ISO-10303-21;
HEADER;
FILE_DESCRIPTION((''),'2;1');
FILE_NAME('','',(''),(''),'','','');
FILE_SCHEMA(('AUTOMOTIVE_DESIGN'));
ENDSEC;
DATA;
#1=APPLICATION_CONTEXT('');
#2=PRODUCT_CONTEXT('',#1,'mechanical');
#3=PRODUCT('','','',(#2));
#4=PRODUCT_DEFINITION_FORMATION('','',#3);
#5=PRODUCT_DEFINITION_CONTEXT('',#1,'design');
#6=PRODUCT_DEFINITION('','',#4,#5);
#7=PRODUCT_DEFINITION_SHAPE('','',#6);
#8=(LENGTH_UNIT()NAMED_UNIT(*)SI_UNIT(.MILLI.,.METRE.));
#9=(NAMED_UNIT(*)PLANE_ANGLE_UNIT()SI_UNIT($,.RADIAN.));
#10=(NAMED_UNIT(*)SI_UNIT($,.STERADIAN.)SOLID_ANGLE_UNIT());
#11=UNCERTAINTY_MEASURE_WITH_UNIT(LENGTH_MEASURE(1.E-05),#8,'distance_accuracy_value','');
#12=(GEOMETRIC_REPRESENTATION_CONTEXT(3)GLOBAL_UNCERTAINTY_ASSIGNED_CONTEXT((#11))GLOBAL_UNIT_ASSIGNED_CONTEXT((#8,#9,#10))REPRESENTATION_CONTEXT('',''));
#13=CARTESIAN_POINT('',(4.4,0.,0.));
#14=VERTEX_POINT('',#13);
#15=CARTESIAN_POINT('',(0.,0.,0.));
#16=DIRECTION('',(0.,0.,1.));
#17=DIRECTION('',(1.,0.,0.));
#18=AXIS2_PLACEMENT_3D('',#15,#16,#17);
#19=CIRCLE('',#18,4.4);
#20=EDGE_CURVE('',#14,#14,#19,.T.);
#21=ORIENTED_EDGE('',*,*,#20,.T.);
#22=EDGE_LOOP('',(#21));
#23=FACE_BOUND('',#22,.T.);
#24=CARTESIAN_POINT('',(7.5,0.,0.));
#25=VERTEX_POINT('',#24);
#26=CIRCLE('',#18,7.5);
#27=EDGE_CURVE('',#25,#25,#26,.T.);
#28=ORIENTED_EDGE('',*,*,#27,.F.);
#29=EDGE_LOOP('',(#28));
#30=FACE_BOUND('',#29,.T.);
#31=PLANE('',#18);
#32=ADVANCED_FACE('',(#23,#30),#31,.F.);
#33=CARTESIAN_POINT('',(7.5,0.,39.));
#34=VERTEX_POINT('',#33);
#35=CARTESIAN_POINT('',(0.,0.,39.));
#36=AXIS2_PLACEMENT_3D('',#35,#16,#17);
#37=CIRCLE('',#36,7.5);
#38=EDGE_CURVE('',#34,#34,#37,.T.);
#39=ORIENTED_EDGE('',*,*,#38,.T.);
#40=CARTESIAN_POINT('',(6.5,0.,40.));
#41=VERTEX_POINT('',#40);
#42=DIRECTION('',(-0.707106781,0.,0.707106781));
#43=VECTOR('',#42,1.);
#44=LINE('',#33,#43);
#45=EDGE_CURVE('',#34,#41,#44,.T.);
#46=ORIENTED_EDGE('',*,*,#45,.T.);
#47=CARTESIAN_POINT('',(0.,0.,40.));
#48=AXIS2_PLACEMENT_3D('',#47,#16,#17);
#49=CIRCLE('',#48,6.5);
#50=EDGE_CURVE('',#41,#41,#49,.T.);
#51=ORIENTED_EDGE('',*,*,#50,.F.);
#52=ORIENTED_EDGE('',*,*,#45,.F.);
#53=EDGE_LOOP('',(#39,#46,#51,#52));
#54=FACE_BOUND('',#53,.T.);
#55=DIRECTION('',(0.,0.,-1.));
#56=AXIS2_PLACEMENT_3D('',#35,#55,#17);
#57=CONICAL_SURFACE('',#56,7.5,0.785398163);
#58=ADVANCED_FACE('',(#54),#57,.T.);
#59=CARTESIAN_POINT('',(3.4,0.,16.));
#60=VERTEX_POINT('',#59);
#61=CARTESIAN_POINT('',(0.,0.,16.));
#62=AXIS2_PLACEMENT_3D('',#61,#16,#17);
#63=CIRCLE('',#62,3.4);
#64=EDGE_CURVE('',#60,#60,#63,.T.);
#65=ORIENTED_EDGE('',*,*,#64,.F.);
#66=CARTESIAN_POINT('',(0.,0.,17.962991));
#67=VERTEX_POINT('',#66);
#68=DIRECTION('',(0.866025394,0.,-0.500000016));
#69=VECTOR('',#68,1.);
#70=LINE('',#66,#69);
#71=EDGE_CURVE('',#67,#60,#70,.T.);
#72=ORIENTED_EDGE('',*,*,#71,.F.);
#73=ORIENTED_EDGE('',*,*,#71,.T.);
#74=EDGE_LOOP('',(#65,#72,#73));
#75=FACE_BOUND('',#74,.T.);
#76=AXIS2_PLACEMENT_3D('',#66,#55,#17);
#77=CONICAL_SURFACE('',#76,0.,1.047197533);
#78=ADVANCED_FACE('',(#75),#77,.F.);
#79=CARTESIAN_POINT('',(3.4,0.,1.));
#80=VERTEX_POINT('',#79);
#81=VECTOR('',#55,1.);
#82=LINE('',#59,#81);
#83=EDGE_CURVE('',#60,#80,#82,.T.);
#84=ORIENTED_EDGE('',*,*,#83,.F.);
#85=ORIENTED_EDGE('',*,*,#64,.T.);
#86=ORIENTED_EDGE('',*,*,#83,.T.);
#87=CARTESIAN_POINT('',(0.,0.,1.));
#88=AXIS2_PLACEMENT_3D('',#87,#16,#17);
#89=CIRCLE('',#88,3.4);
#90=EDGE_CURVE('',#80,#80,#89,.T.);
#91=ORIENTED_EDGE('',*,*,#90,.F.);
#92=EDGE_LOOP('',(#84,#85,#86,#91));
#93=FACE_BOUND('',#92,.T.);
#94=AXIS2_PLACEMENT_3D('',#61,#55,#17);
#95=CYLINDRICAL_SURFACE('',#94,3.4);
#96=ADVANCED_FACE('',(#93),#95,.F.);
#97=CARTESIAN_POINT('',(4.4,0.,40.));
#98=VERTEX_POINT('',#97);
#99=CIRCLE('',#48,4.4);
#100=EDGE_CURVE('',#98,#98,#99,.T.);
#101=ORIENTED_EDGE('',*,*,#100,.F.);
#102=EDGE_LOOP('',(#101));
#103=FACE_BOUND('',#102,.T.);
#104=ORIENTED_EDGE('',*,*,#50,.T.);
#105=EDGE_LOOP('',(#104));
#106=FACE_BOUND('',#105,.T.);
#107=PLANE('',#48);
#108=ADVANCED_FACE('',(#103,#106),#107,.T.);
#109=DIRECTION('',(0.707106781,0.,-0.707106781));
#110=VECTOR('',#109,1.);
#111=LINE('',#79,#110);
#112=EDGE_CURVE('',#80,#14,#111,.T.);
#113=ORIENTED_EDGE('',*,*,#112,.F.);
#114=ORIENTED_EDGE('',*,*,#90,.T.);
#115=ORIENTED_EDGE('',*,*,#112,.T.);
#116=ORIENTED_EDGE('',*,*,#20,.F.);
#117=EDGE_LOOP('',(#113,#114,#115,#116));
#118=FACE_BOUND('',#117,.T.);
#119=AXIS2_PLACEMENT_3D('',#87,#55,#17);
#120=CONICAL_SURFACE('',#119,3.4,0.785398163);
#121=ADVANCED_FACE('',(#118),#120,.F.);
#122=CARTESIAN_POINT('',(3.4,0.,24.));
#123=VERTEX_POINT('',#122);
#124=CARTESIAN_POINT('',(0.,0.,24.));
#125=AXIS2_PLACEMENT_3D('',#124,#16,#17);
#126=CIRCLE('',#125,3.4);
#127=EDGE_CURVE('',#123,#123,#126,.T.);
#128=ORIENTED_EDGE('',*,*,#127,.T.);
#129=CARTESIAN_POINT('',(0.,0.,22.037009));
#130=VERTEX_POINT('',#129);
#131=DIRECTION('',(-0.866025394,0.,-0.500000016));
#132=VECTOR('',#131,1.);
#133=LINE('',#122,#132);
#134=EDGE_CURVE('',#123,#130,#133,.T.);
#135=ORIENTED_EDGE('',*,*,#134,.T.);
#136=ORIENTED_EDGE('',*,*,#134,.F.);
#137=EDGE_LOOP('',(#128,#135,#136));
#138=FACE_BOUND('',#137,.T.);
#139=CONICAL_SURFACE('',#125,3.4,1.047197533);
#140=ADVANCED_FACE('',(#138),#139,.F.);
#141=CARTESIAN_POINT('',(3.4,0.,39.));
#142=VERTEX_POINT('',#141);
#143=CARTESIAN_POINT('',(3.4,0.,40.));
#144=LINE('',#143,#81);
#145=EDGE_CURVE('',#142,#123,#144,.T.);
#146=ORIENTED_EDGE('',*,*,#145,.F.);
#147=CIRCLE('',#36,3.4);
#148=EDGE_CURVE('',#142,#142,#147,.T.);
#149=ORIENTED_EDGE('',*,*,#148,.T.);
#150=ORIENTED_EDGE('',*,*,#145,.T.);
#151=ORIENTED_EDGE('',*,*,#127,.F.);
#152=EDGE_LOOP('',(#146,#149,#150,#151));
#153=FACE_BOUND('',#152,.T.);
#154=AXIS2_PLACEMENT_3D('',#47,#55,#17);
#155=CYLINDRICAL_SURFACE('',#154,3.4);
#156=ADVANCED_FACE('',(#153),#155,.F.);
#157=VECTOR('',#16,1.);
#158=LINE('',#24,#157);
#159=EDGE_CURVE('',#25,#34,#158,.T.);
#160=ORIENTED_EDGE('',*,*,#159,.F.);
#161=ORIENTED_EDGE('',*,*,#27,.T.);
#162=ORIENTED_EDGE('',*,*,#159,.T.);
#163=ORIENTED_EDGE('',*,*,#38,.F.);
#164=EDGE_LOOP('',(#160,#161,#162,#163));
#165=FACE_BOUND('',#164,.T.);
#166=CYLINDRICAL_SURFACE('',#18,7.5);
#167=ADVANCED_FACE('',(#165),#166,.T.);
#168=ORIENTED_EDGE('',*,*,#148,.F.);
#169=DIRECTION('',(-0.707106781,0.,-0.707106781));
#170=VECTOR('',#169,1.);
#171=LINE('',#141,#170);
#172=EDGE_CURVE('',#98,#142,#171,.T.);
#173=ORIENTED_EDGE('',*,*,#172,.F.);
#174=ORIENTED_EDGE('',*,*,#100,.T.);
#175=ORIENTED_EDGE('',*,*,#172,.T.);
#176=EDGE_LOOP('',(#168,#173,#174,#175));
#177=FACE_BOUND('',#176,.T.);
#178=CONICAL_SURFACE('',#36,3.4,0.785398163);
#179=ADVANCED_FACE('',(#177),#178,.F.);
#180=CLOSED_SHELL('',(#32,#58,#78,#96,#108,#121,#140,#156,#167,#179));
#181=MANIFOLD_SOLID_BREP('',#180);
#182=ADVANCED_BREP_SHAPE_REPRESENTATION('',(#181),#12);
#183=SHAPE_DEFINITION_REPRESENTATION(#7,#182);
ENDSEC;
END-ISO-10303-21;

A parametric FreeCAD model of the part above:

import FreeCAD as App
import Part
import Sketcher

V = App.Vector
Q = App.Units.Quantity


def edges_at(feature, points):
    """Names of the edges that pass closest to the given points."""
    edges = feature.Shape.Edges
    near = lambda p: min(range(len(edges)), key=lambda i: edges[i].distToShape(Part.Vertex(*p))[0])
    return sorted({f"Edge{near(p) + 1}" for p in points})


def add_polygon(sketch, points):
    """Adds a closed chain of lines whose ends are joined by coincident constraints."""
    first, n = sketch.GeometryCount, len(points)
    for a, b in zip(points, points[1:] + points[:1]):
        sketch.addGeometry(Part.LineSegment(App.Vector(*a, 0), App.Vector(*b, 0)), False)
    for i in range(n):
        sketch.addConstraint(Sketcher.Constraint("Coincident", first + i, 2, first + (i + 1) % n, 1))

doc = App.newDocument("Part")
body = doc.addObject("PartDesign::Body", "Body")

sketch1 = body.newObject("Sketcher::SketchObject", "Sketch")
sketch1.AttachmentSupport = (doc.getObject("XZ_Plane"), [""])
sketch1.MapMode = "FlatFace"
add_polygon(sketch1, [(0, 22), (0, 18), (3.4, 16), (3.4, 0), (7.5, 0), (7.5, 40), (3.4, 40), (3.4, 24)])
sketch1.addConstraint([
    Sketcher.Constraint("Vertical", 0),
    Sketcher.Constraint("Vertical", 2),
    Sketcher.Constraint("Horizontal", 3),
    Sketcher.Constraint("Vertical", 4),
    Sketcher.Constraint("Horizontal", 5),
    Sketcher.Constraint("Vertical", 6),
    Sketcher.Constraint("PointOnObject", 0, 2, -2),
    Sketcher.Constraint("PointOnObject", 2, 2, -1),
    Sketcher.Constraint("Vertical", 2, 2, 5, 2),
    Sketcher.Constraint("Equal", 2, 6),
    Sketcher.Constraint("Equal", 1, 7),
    Sketcher.Constraint("DistanceY", 2, 2, 2, 1, 16.0),
    Sketcher.Constraint("DistanceY", 4, 1, 4, 2, 40.0),
    Sketcher.Constraint("Angle", 1, Q("-30.000001 deg")),
    Sketcher.Constraint("DistanceX", 3, 1, 3, 2, 4.1),
    Sketcher.Constraint("DistanceX", -1, 1, 1, 2, 3.4),
])
revolution = body.newObject("PartDesign::Revolution", "Revolution")
revolution.Profile = sketch1
revolution.ReferenceAxis = (sketch1, ["V_Axis"])
revolution.Angle = 360
doc.recompute()

chamfer = body.newObject("PartDesign::Chamfer", "Chamfer")
chamfer.Base = (revolution, edges_at(revolution, [(-7.5, 0, 40), (-3.4, 0, 40), (-3.4, 0, 0)]))
chamfer.Size = 1

doc.recompute()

**Exercise details:**
The output should be exactly the lines above from the line containing "#135=ORIENTED_EDGE('',*,*,#134,.T.);" to the line containing "#140=ADVANCED_FACE('',(#138),#139,.F.);", inclusive, with no other lines.

**Answer to this problem:**
#135=ORIENTED_EDGE('',*,*,#134,.T.);
#136=ORIENTED_EDGE('',*,*,#134,.F.);
#137=EDGE_LOOP('',(#128,#135,#136));
#138=FACE_BOUND('',#137,.T.);
#139=CONICAL_SURFACE('',#125,3.4,1.047197533);
#140=ADVANCED_FACE('',(#138),#139,.F.);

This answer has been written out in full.